> _About this task_
All lines from the start of the listing below through the line containing "#8=(LENGTH_UNIT()NAMED_UNIT(*)SI_UNIT(.MILLI.,.METRE.));" are to be written out again exactly, and no others.
---
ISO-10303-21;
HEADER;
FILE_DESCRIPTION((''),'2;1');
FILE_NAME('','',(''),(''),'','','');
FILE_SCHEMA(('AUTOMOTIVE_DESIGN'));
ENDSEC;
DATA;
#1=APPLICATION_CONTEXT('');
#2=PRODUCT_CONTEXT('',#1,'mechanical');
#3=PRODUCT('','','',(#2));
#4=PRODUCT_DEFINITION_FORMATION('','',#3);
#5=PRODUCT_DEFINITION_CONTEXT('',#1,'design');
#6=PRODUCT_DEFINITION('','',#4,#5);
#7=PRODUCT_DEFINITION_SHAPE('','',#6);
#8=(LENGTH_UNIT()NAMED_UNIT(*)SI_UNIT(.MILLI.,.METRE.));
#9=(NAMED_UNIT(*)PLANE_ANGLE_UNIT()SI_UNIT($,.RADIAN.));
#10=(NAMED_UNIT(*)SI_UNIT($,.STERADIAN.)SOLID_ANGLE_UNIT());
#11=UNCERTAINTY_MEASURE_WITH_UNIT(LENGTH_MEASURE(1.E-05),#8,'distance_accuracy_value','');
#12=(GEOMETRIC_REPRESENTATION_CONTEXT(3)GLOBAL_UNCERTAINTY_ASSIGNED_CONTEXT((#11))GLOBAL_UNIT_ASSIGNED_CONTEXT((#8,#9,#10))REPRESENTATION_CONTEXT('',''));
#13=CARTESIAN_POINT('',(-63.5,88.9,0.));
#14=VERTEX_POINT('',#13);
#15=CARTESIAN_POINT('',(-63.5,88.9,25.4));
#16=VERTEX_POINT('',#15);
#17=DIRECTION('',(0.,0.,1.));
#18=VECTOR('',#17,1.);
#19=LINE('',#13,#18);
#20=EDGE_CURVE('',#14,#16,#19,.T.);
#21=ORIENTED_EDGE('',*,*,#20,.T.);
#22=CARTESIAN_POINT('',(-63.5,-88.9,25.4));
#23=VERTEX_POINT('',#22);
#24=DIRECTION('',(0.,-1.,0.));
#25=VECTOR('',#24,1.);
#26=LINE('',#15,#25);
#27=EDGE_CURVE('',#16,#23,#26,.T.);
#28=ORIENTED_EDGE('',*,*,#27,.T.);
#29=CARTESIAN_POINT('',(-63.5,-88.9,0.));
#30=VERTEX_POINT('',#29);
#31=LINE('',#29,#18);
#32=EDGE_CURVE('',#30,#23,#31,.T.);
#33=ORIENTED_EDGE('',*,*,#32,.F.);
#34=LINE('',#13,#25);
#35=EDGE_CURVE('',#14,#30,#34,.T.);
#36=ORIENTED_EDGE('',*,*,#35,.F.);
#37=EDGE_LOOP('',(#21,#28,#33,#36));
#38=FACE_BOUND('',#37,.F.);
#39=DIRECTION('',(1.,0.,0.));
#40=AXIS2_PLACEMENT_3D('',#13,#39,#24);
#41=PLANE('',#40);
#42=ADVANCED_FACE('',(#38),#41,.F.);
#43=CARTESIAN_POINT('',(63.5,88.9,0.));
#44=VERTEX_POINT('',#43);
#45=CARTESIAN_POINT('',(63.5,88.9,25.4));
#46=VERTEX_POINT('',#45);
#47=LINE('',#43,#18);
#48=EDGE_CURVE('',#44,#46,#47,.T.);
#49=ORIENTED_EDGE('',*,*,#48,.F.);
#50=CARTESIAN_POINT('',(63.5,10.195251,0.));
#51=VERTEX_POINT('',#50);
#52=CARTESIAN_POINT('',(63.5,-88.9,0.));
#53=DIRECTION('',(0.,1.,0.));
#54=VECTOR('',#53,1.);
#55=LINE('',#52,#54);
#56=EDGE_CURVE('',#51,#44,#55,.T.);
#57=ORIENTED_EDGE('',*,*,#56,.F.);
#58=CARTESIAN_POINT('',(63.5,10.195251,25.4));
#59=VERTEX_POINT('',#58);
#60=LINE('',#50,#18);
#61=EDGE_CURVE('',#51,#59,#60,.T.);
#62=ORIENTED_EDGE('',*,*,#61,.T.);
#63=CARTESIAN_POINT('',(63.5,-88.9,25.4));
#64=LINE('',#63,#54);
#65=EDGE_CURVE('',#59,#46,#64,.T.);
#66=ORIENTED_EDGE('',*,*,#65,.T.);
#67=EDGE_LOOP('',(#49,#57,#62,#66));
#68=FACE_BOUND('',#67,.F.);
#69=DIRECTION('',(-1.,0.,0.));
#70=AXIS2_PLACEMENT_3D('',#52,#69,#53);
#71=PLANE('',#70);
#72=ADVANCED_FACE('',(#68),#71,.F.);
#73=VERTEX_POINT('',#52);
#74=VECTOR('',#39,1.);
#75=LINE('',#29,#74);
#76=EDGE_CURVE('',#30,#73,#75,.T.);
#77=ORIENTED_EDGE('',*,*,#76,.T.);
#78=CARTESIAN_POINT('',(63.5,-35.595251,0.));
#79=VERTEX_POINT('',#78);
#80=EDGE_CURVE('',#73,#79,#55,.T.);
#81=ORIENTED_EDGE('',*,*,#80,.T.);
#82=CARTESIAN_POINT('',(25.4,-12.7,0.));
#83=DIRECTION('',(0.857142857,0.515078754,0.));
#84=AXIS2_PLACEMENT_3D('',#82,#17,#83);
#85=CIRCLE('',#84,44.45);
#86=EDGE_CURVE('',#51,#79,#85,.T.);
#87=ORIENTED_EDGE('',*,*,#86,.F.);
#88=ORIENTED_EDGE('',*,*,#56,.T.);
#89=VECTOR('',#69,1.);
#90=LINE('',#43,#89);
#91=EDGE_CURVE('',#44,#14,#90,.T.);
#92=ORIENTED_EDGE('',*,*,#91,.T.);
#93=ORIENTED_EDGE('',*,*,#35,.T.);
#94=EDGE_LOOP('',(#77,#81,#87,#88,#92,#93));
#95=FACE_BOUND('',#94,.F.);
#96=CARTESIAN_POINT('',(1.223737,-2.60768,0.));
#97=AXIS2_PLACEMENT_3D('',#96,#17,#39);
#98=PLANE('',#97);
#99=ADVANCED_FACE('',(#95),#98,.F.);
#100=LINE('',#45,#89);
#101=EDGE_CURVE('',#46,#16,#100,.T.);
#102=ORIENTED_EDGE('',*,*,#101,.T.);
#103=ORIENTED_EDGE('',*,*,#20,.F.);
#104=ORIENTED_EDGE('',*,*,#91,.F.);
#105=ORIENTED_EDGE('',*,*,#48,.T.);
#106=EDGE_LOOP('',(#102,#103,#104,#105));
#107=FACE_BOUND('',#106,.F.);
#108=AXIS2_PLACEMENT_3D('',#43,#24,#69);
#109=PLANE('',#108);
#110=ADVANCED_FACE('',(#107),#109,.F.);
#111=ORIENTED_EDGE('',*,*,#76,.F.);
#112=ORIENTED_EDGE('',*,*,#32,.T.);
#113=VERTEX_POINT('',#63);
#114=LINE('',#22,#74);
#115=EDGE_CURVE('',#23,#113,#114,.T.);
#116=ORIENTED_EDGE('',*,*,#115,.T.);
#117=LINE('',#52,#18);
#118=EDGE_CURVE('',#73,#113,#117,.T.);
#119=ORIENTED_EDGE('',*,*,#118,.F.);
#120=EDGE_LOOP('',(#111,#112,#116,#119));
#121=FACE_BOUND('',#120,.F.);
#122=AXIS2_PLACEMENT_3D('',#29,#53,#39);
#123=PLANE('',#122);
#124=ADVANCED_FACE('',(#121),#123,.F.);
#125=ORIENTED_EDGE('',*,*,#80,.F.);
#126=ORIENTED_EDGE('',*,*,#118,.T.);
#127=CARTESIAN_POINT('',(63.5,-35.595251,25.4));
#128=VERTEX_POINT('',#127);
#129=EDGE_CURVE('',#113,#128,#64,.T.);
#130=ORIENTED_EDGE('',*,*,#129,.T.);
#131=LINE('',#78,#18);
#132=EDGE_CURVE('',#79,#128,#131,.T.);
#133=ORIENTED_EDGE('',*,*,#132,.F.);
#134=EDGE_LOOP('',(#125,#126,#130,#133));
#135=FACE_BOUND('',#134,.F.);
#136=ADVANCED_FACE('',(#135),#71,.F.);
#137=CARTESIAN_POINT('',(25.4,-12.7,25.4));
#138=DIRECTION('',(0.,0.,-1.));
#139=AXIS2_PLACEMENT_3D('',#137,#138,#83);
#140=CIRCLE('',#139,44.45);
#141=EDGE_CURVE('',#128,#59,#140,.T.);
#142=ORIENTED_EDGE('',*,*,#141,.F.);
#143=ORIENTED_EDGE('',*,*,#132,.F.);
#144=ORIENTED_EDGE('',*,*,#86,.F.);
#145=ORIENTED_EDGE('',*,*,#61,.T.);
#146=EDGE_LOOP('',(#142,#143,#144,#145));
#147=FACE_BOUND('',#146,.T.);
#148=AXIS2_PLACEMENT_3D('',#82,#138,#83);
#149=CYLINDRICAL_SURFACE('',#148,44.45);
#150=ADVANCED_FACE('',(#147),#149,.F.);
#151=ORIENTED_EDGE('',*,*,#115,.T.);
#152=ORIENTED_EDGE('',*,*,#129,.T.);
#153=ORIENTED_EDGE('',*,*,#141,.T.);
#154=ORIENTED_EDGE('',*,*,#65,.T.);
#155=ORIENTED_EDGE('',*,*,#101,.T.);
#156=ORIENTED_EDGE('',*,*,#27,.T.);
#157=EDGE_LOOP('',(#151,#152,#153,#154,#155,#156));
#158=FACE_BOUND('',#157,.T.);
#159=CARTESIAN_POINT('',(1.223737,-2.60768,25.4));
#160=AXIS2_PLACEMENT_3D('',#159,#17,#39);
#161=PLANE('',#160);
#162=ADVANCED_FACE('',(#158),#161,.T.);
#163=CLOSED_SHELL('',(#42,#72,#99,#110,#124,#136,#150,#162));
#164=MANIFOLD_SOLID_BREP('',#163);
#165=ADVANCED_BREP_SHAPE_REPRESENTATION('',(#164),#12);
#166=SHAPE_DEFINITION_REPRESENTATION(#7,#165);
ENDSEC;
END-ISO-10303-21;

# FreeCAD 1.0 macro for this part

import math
import FreeCAD as App
import Part
import Sketcher
from FreeCAD import Vector
Q = App.Units.Quantity


def add_polygon(sketch, points):
    """Adds a closed chain of lines whose ends are joined by coincident constraints."""
    first, n = sketch.GeometryCount, len(points)
    for a, b in zip(points, points[1:] + points[:1]):
        sketch.addGeometry(Part.LineSegment(App.Vector(*a, 0), App.Vector(*b, 0)), False)
    for i in range(n):
        sketch.addConstraint(Sketcher.Constraint("Coincident", first + i, 2, first + (i + 1) % n, 1))

doc = App.newDocument("Part")
body = doc.addObject("PartDesign::Body", "Body")

sketch1 = body.newObject("Sketcher::SketchObject", "Sketch")
sketch1.AttachmentSupport = (doc.getObject("XY_Plane"), [""])
sketch1.MapMode = "FlatFace"
add_polygon(sketch1, [(64, 89), (-64, 89), (-64, -89), (64, -89)])
sketch1.addConstraint(Sketcher.Constraint("Horizontal", 0))
sketch1.addConstraint(Sketcher.Constraint("Vertical", 1))
sketch1.addConstraint(Sketcher.Constraint("Horizontal", 2))
sketch1.addConstraint(Sketcher.Constraint("Vertical", 3))
sketch1.addConstraint(Sketcher.Constraint("Symmetric", 0, 2, 2, 2, -1, 1))
sketch1.addConstraint(Sketcher.Constraint("DistanceX", 0, 2, 0, 1, Q("5 in")))
sketch1.addConstraint(Sketcher.Constraint("DistanceY", 1, 2, 1, 1, Q("7 in")))
pad1 = body.newObject("PartDesign::Pad", "Pad")
pad1.Profile = sketch1
pad1.Length = Q("1 in")

sketch2 = body.newObject("Sketcher::SketchObject", "Sketch001")
sketch2.AttachmentSupport = (doc.getObject("XY_Plane"), [""])
sketch2.MapMode = "FlatFace"
sketch2.addGeometry(Part.LineSegment(Vector(64, -36, 0), Vector(64, 10, 0)), False)
sketch2.addGeometry(Part.ArcOfCircle(Part.Circle(Vector(25, -13, 0), Vector(0, 0, 1), 44), math.radians(31), math.radians(329)), False)
sketch2.addConstraint(Sketcher.Constraint("Coincident", 0, 1, 1, 2))
sketch2.addConstraint(Sketcher.Constraint("Coincident", 1, 1, 0, 2))
sketch2.addConstraint(Sketcher.Constraint("Vertical", 0))
sketch2.addConstraint(Sketcher.Constraint("Radius", 1, Q("1.75 in")))
sketch2.addConstraint(Sketcher.Constraint("DistanceX", -1, 1, 1, 3, Q("1 in")))
sketch2.addConstraint(Sketcher.Constraint("DistanceY", 1, 3, -1, 1, Q("0.5 in")))
sketch2.addConstraint(Sketcher.Constraint("DistanceX", -1, 1, 0, 1, Q("2.5 in")))
pocket1 = body.newObject("PartDesign::Pocket", "Pocket")
pocket1.Profile = sketch2
pocket1.Type = "ThroughAll"
pocket1.Reversed = True

doc.recompute()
---
> _Answer box_
ISO-10303-21;
HEADER;
FILE_DESCRIPTION((''),'2;1');
FILE_NAME('','',(''),(''),'','','');
FILE_SCHEMA(('AUTOMOTIVE_DESIGN'));
ENDSEC;
DATA;
#1=APPLICATION_CONTEXT('');
#2=PRODUCT_CONTEXT('',#1,'mechanical');
#3=PRODUCT('','','',(#2));
#4=PRODUCT_DEFINITION_FORMATION('','',#3);
#5=PRODUCT_DEFINITION_CONTEXT('',#1,'design');
#6=PRODUCT_DEFINITION('','',#4,#5);
#7=PRODUCT_DEFINITION_SHAPE('','',#6);
#8=(LENGTH_UNIT()NAMED_UNIT(*)SI_UNIT(.MILLI.,.METRE.));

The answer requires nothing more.